Suppose we have two distinct fixed points $x, y \in X$ where $X$ is a Banach space. If we define $\gamma: [0,1] \to X$ by $t \mapsto (1-t)x + ty$, I think the map $\gamma: [0,1] \mapsto \gamma([0,1])$ when restricted on the image is a homeomorphism.
The way I would to prove is to note the map is bijective and open since $t \mapsto t(x-y)$ is open by open mapping theorem and translation is a homeomorphism. Is this argument correct? Is there some more direct way to see this fact?

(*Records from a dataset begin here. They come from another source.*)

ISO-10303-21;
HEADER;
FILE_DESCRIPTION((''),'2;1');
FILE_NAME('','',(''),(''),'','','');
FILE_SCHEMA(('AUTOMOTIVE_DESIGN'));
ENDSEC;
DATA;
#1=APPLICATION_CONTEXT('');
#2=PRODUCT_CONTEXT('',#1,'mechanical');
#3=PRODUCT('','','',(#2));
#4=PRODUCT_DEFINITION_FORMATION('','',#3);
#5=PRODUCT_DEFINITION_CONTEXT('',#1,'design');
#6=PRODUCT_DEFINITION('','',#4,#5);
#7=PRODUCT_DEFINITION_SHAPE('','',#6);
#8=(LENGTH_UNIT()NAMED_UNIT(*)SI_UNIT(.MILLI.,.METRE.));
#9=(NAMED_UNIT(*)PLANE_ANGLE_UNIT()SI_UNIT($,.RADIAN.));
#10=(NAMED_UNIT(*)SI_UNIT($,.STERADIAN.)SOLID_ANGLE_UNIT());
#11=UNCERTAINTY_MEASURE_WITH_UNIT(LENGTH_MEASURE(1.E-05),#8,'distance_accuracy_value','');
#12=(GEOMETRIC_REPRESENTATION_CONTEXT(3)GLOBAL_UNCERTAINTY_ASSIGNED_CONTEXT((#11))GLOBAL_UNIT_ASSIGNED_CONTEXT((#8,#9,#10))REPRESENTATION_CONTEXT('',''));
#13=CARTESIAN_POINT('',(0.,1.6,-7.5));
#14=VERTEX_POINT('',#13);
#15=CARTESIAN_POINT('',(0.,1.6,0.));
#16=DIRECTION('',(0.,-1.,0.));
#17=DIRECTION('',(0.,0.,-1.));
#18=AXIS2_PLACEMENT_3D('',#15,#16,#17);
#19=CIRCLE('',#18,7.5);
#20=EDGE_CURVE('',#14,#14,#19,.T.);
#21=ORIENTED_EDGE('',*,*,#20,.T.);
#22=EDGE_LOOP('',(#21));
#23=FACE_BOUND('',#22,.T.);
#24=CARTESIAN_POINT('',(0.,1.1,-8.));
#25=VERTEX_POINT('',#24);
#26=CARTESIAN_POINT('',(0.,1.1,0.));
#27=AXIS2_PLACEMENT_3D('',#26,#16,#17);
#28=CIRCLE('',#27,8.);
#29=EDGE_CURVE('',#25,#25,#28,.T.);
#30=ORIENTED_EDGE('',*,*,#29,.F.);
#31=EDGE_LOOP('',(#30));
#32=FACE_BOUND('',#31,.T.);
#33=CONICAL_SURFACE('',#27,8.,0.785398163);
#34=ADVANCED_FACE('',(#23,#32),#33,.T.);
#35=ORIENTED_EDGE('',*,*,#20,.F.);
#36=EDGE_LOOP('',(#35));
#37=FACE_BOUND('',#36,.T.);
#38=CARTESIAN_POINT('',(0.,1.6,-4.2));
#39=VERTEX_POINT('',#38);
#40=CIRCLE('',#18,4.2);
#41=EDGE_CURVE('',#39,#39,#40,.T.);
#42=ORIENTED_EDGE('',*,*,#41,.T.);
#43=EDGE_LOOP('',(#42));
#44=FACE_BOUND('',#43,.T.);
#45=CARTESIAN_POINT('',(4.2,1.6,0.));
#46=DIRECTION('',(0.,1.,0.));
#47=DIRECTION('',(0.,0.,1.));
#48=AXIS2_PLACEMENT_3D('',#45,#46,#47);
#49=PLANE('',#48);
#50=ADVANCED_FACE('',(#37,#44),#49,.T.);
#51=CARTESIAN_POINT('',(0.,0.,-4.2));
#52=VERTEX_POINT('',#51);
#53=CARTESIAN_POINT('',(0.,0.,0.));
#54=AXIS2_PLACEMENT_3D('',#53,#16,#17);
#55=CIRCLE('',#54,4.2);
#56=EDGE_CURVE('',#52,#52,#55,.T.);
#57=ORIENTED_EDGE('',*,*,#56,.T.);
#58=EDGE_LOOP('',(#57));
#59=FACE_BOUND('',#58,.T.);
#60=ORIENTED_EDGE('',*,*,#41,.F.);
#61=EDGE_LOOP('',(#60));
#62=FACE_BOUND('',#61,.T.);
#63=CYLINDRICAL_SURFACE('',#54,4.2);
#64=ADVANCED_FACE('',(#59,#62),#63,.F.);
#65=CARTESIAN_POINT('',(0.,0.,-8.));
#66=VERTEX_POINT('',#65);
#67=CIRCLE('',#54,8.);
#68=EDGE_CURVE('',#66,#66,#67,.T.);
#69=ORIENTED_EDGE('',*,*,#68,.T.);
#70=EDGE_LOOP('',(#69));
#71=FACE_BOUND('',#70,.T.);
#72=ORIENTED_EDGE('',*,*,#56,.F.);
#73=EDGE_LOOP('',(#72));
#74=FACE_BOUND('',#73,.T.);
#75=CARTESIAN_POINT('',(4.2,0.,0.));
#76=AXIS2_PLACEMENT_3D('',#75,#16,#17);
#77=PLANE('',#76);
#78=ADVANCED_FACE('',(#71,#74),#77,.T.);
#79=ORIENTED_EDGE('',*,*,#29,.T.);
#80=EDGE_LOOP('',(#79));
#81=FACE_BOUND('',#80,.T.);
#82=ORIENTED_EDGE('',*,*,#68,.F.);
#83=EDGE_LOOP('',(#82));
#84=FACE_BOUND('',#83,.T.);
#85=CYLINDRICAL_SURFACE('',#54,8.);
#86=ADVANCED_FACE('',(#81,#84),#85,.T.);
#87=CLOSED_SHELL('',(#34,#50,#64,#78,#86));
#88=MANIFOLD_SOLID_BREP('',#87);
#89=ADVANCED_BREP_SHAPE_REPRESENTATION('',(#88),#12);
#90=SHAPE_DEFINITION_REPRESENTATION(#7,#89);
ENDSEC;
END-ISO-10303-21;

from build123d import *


with BuildPart() as part:
    # Szkic1 → Obrót1 (revolve)
    with BuildSketch(Plane.XY):
        Polygon((4.2, 0), (8, 0), (8, 1.1), (7.5, 1.6), (4.2, 1.6), align=None)
    revolve(axis=Axis((0, 0, 0), (0, 1, 0)))


solid = part.part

That works (assuming you are applying the open mapping theorem to the span of $x-y$) but the open mapping theorem is massive overkill. You can just observe that $\gamma$ is a closed map since $[0,1]$ is compact and $X$ is Hausdorff (if $A\subseteq[0,1]$ is closed then it is compact so $\gamma(A)$ is compact so $\gamma(A)$ is closed).
Or, even more simply, observe that the norm on the span of $x-y$ is just $\|t(x-y)\|=|t|\|x-y\|$. So $\gamma$ just multiplies distances by $\|x-y\|$. It follows that the inverse of $\gamma$ just multiplies all distances by $\frac{1}{\|x-y\|}$ and so is continuous.